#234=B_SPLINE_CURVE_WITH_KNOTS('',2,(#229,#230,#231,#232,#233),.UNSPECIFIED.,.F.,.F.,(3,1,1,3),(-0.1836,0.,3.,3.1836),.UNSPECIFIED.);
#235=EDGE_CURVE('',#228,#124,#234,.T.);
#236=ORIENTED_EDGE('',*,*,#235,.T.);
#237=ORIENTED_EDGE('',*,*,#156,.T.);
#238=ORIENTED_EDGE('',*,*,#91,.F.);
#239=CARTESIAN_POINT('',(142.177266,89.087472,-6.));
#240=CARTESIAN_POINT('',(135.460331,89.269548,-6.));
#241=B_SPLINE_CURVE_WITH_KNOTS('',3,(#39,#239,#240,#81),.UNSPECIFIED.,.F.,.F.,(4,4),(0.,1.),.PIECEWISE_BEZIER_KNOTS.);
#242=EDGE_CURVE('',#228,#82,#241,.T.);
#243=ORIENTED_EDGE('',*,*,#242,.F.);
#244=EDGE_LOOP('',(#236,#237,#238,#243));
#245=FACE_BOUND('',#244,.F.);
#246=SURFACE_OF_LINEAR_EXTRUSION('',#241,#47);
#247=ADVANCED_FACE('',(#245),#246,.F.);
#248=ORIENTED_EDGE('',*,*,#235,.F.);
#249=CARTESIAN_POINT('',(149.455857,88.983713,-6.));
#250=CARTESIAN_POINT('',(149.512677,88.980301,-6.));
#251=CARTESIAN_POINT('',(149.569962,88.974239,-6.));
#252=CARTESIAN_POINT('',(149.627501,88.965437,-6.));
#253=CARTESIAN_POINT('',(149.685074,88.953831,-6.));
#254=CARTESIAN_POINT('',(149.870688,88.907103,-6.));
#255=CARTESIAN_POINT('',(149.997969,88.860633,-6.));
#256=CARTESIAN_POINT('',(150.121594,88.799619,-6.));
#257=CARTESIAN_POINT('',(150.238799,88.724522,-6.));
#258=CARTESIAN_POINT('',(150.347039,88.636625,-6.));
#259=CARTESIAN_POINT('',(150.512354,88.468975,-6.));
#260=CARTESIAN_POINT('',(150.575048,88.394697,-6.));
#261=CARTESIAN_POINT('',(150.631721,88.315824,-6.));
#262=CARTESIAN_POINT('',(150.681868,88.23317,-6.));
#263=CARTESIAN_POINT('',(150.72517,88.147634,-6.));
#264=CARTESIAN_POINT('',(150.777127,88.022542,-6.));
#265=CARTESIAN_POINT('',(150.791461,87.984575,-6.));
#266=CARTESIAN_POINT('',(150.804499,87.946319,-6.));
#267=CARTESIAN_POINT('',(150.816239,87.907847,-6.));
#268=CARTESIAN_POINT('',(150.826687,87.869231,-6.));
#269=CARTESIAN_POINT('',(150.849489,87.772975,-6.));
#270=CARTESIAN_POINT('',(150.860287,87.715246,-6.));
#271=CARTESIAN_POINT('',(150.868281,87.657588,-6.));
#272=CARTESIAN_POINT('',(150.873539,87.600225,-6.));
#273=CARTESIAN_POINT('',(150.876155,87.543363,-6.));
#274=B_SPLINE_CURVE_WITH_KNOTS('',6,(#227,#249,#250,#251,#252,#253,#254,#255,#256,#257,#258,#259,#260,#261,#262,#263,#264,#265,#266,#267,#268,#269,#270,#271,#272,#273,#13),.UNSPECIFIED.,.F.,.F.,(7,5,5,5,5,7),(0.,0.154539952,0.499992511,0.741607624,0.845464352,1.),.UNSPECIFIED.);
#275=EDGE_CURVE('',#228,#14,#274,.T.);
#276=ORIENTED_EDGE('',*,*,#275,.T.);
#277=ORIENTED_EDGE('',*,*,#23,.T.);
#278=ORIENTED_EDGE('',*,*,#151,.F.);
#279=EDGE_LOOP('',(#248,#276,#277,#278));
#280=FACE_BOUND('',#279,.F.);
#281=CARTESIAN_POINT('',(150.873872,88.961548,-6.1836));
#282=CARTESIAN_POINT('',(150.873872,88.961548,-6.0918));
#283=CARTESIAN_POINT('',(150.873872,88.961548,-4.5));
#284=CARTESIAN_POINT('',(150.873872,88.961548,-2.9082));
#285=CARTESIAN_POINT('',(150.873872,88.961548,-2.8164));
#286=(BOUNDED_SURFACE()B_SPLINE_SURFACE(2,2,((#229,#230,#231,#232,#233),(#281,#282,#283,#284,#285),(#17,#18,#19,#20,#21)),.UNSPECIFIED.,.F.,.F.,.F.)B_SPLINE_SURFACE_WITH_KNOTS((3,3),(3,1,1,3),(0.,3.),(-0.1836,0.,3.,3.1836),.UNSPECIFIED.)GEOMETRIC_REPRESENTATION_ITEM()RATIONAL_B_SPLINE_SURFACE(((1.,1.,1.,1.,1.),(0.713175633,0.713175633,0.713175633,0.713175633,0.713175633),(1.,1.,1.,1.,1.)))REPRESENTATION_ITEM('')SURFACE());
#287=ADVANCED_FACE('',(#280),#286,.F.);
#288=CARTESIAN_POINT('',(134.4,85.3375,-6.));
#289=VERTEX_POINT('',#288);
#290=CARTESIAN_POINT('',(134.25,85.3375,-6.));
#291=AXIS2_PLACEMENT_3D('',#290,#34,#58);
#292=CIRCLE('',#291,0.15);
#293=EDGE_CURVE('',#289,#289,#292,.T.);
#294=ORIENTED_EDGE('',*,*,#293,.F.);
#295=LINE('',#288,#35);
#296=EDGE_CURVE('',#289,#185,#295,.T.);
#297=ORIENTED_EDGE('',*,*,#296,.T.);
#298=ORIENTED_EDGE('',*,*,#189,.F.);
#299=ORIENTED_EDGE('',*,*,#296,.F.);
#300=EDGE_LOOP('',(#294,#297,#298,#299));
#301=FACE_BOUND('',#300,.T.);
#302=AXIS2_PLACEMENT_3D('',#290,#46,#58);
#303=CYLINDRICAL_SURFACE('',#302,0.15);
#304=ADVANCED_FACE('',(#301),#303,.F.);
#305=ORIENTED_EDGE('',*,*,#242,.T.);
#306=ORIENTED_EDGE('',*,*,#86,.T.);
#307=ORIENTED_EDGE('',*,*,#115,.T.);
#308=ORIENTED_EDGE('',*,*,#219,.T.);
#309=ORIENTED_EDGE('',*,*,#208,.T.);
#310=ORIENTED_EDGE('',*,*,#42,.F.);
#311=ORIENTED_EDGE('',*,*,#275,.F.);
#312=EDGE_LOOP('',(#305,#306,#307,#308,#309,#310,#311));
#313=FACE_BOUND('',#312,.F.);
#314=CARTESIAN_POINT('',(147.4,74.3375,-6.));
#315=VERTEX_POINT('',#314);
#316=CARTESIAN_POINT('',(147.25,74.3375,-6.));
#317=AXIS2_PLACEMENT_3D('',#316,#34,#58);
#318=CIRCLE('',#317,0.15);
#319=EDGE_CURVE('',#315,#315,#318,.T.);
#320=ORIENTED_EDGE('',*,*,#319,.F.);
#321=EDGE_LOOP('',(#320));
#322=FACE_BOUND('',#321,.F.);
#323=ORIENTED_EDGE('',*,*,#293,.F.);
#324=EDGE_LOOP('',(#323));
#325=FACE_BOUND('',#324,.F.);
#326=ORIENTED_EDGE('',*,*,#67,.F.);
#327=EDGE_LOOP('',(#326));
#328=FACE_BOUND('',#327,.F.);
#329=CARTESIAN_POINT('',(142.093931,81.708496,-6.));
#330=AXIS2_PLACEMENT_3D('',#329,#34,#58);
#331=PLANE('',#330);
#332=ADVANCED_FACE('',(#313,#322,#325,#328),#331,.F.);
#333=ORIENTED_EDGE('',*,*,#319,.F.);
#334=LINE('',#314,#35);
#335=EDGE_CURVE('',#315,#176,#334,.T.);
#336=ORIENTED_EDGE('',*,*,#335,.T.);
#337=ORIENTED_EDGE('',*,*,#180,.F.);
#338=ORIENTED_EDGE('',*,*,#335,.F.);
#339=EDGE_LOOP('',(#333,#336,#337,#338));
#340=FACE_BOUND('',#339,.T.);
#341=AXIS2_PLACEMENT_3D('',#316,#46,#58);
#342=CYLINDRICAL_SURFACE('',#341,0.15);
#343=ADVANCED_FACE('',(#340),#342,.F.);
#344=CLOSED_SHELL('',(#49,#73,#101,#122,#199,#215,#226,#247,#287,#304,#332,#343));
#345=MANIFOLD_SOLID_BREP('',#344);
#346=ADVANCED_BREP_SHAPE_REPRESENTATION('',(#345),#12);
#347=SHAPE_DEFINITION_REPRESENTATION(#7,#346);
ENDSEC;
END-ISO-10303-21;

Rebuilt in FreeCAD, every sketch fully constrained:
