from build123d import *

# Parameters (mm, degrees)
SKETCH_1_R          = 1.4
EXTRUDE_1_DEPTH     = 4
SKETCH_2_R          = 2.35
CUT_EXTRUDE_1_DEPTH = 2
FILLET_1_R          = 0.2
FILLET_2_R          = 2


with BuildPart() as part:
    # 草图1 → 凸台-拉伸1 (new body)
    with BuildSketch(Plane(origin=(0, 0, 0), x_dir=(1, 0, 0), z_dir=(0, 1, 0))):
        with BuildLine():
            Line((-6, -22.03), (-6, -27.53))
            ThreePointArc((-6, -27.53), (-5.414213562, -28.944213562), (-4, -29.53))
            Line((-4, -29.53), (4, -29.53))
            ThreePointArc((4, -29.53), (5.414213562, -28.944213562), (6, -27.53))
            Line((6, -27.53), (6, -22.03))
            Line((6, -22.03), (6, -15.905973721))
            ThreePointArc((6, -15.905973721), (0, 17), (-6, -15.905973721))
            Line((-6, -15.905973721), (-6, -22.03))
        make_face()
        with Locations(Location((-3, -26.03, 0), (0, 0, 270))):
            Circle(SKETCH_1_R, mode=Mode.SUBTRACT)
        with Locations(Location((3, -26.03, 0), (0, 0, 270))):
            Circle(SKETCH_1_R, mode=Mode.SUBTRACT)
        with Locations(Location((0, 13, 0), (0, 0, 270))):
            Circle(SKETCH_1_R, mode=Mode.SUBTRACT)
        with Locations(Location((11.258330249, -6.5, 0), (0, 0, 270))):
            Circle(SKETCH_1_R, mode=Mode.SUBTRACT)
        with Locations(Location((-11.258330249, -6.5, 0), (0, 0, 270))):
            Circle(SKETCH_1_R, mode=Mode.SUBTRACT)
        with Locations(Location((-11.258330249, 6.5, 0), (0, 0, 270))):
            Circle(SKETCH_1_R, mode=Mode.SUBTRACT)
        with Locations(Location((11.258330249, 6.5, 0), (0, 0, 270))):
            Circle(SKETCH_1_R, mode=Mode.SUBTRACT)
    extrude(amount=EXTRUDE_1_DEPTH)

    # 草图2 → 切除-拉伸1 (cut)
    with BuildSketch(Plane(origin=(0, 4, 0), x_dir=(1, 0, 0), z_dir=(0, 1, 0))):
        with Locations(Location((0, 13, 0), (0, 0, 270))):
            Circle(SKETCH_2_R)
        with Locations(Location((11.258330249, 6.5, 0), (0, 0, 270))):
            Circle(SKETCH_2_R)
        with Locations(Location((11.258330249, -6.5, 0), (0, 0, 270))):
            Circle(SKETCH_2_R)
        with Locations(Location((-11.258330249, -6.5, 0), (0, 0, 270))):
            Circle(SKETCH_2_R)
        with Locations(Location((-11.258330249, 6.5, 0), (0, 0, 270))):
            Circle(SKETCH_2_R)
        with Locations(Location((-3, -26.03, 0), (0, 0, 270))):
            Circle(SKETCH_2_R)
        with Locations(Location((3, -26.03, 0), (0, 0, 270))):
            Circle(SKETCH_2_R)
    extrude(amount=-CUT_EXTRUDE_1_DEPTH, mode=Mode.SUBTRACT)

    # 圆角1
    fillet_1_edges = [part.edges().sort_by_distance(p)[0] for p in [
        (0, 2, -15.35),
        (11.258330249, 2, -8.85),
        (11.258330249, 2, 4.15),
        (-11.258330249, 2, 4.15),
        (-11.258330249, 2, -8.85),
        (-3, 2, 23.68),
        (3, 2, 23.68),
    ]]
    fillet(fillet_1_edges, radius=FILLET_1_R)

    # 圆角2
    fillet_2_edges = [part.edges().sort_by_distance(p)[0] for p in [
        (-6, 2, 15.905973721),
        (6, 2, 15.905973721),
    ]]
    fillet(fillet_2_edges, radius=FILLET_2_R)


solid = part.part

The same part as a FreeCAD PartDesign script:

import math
import FreeCAD as App
import Part
import Sketcher


def edges_at(feature, points):
    """Names of the edges that pass closest to the given points."""
    edges = feature.Shape.Edges
    near = lambda p: min(range(len(edges)), key=lambda i: edges[i].distToShape(Part.Vertex(*p))[0])
    return sorted({f"Edge{near(p) + 1}" for p in points})

doc = App.newDocument("Part")
body = doc.addObject("PartDesign::Body", "Body")

sketch1 = body.newObject("Sketcher::SketchObject", "Sketch")
sketch1.AttachmentSupport = (doc.getObject("XZ_Plane"), [""])
sketch1.MapMode = "FlatFace"
sketch1.addGeometry(Part.ArcOfCircle(Part.Circle(App.Vector(-4, 27.5, 0), App.Vector(0, 0, 1), 2), math.radians(90), math.radians(180)), False)
sketch1.addGeometry(Part.LineSegment(App.Vector(-4, 29.5, 0), App.Vector(4, 29.5, 0)), False)
sketch1.addGeometry(Part.ArcOfCircle(Part.Circle(App.Vector(4, 27.5, 0), App.Vector(0, 0, 1), 2), math.radians(0), math.radians(90)), False)
sketch1.addGeometry(Part.LineSegment(App.Vector(6, 27.5, 0), App.Vector(6, 15.9, 0)), False)
sketch1.addGeometry(Part.ArcOfCircle(Part.Circle(App.Vector(0, 0, 0), App.Vector(0, 0, 1), 17), math.radians(111), math.radians(429)), False)
sketch1.addGeometry(Part.LineSegment(App.Vector(-6, 15.9, 0), App.Vector(-6, 27.5, 0)), False)
sketch1.addGeometry(Part.Circle(App.Vector(-3, 26, 0), App.Vector(0, 0, 1), 1.4), False)
sketch1.addGeometry(Part.Circle(App.Vector(3, 26, 0), App.Vector(0, 0, 1), 1.4), False)
sketch1.addGeometry(Part.Circle(App.Vector(-11.3, 6.5, 0), App.Vector(0, 0, 1), 1.4), False)
sketch1.addGeometry(Part.Circle(App.Vector(-11.3, -6.5, 0), App.Vector(0, 0, 1), 1.4), False)
sketch1.addGeometry(Part.Circle(App.Vector(0, -13, 0), App.Vector(0, 0, 1), 1.4), False)
sketch1.addGeometry(Part.Circle(App.Vector(11.3, 6.5, 0), App.Vector(0, 0, 1), 1.4), False)
sketch1.addGeometry(Part.Circle(App.Vector(11.3, -6.5, 0), App.Vector(0, 0, 1), 1.4), False)
sketch1.addConstraint(Sketcher.Constraint("Tangent", 0, 1, 1, 1))
sketch1.addConstraint(Sketcher.Constraint("Tangent", 1, 2, 2, 2))
sketch1.addConstraint(Sketcher.Constraint("Tangent", 2, 1, 3, 1))
sketch1.addConstraint(Sketcher.Constraint("Coincident", 3, 2, 4, 2))
sketch1.addConstraint(Sketcher.Constraint("Coincident", 4, 1, 5, 1))
sketch1.addConstraint(Sketcher.Constraint("Tangent", 5, 2, 0, 2))
sketch1.addConstraint(Sketcher.Constraint("Horizontal", 1))
sketch1.addConstraint(Sketcher.Constraint("Vertical", 3))
sketch1.addConstraint(Sketcher.Constraint("Vertical", 5))
sketch1.addConstraint(Sketcher.Constraint("Coincident", 4, 3, -1, 1))
sketch1.addConstraint(Sketcher.Constraint("Equal", 0, 2))
sketch1.addConstraint(Sketcher.Constraint("Equal", 6, 7))
sketch1.addConstraint(Sketcher.Constraint("Equal", 7, 8))
sketch1.addConstraint(Sketcher.Constraint("Equal", 8, 9))
sketch1.addConstraint(Sketcher.Constraint("Equal", 9, 10))
sketch1.addConstraint(Sketcher.Constraint("Equal", 10, 11))
sketch1.addConstraint(Sketcher.Constraint("Equal", 11, 12))
sketch1.addConstraint(Sketcher.Constraint("Symmetric", 9, 3, 11, 3, -1, 1))
sketch1.addConstraint(Sketcher.Constraint("Symmetric", 8, 3, 12, 3, -1, 1))
sketch1.addConstraint(Sketcher.Constraint("Symmetric", 6, 3, 7, 3, -2))
sketch1.addConstraint(Sketcher.Constraint("Symmetric", 8, 3, 11, 3, -2))
sketch1.addConstraint(Sketcher.Constraint("PointOnObject", 10, 3, -2))
sketch1.addConstraint(Sketcher.Constraint("Horizontal", 3, 2, 4, 1))
sketch1.addConstraint(Sketcher.Constraint("Radius", 0, 2.0))
sketch1.addConstraint(Sketcher.Constraint("Radius", 4, 17.0))
sketch1.addConstraint(Sketcher.Constraint("Diameter", 6, 2.8))
sketch1.addConstraint(Sketcher.Constraint("DistanceX", 1, 1, 1, 2, 8.0))
sketch1.addConstraint(Sketcher.Constraint("DistanceX", 6, 3, -1, 1, 3.0))
sketch1.addConstraint(Sketcher.Constraint("DistanceY", 10, 3, -1, 1, 13.0))
sketch1.addConstraint(Sketcher.Constraint("DistanceY", 9, 3, 8, 3, 13.0))
sketch1.addConstraint(Sketcher.Constraint("DistanceY", 6, 3, 0, 3, 1.5))
sketch1.addConstraint(Sketcher.Constraint("DistanceY", -1, 1, 0, 3, 27.53))
sketch1.addConstraint(Sketcher.Constraint("DistanceX", 8, 3, -1, 1, 11.25833))
pad1 = body.newObject("PartDesign::Pad", "Pad")
pad1.Profile = sketch1
pad1.Length = 4
pad1.Reversed = True

sketch2 = body.newObject("Sketcher::SketchObject", "Sketch001")
sketch2.AttachmentSupport = (doc.getObject("XZ_Plane"), [""])
sketch2.MapMode = "FlatFace"
sketch2.AttachmentOffset = App.Placement(App.Vector(0, 0, -4), App.Rotation())
sketch2.addGeometry(Part.Circle(App.Vector(0, -13, 0), App.Vector(0, 0, 1), 2.4), False)
sketch2.addGeometry(Part.Circle(App.Vector(11.3, -6.5, 0), App.Vector(0, 0, 1), 2.4), False)
sketch2.addGeometry(Part.Circle(App.Vector(11.3, 6.5, 0), App.Vector(0, 0, 1), 2.4), False)
sketch2.addGeometry(Part.Circle(App.Vector(-11.3, 6.5, 0), App.Vector(0, 0, 1), 2.4), False)
sketch2.addGeometry(Part.Circle(App.Vector(-11.3, -6.5, 0), App.Vector(0, 0, 1), 2.4), False)
sketch2.addGeometry(Part.Circle(App.Vector(-3, 26, 0), App.Vector(0, 0, 1), 2.4), False)
sketch2.addGeometry(Part.Circle(App.Vector(3, 26, 0), App.Vector(0, 0, 1), 2.4), False)
sketch2.addConstraint(Sketcher.Constraint("Equal", 0, 1))
sketch2.addConstraint(Sketcher.Constraint("Equal", 1, 2))
sketch2.addConstraint(Sketcher.Constraint("Equal", 2, 3))
sketch2.addConstraint(Sketcher.Constraint("Equal", 3, 4))
sketch2.addConstraint(Sketcher.Constraint("Equal", 4, 5))
sketch2.addConstraint(Sketcher.Constraint("Equal", 5, 6))
sketch2.addConstraint(Sketcher.Constraint("Symmetric", 1, 3, 3, 3, -1, 1))
sketch2.addConstraint(Sketcher.Constraint("Symmetric", 2, 3, 4, 3, -1, 1))
sketch2.addConstraint(Sketcher.Constraint("Symmetric", 2, 3, 3, 3, -2))
sketch2.addConstraint(Sketcher.Constraint("Symmetric", 5, 3, 6, 3, -2))
sketch2.addConstraint(Sketcher.Constraint("PointOnObject", 0, 3, -2))
sketch2.addConstraint(Sketcher.Constraint("Diameter", 0, 4.7))
sketch2.addConstraint(Sketcher.Constraint("DistanceY", 0, 3, -1, 1, 13.0))
sketch2.addConstraint(Sketcher.Constraint("DistanceX", 5, 3, -1, 1, 3.0))
sketch2.addConstraint(Sketcher.Constraint("DistanceY", 1, 3, 2, 3, 13.0))
sketch2.addConstraint(Sketcher.Constraint("DistanceY", -1, 1, 5, 3, 26.03))
sketch2.addConstraint(Sketcher.Constraint("DistanceX", -1, 1, 1, 3, 11.25833))
pocket1 = body.newObject("PartDesign::Pocket", "Pocket")
pocket1.Profile = sketch2
pocket1.Length = 2
pocket1.Reversed = True
doc.recompute()

fillet = body.newObject("PartDesign::Fillet", "Fillet")
fillet.Base = (pocket1, edges_at(pocket1, [
    (0, 2, -15.35),
    (11.258, 2, -8.85),
    (11.258, 2, 4.15),
    (-11.258, 2, 4.15),
    (-11.258, 2, -8.85),
    (-3, 2, 23.68),
    (3, 2, 23.68),
]))
fillet.Radius = 0.2
doc.recompute()

fillet2 = body.newObject("PartDesign::Fillet", "Fillet001")
fillet2.Base = (fillet, edges_at(fillet, [(-6, 2, 15.906), (6, 2, 15.906)]))
fillet2.Radius = 2

doc.recompute()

Task objective
Among the lines of the records, copy out each one that contains the word "origin".

Answer to this problem
    with BuildSketch(Plane(origin=(0, 0, 0), x_dir=(1, 0, 0), z_dir=(0, 1, 0))):
    with BuildSketch(Plane(origin=(0, 4, 0), x_dir=(1, 0, 0), z_dir=(0, 1, 0))):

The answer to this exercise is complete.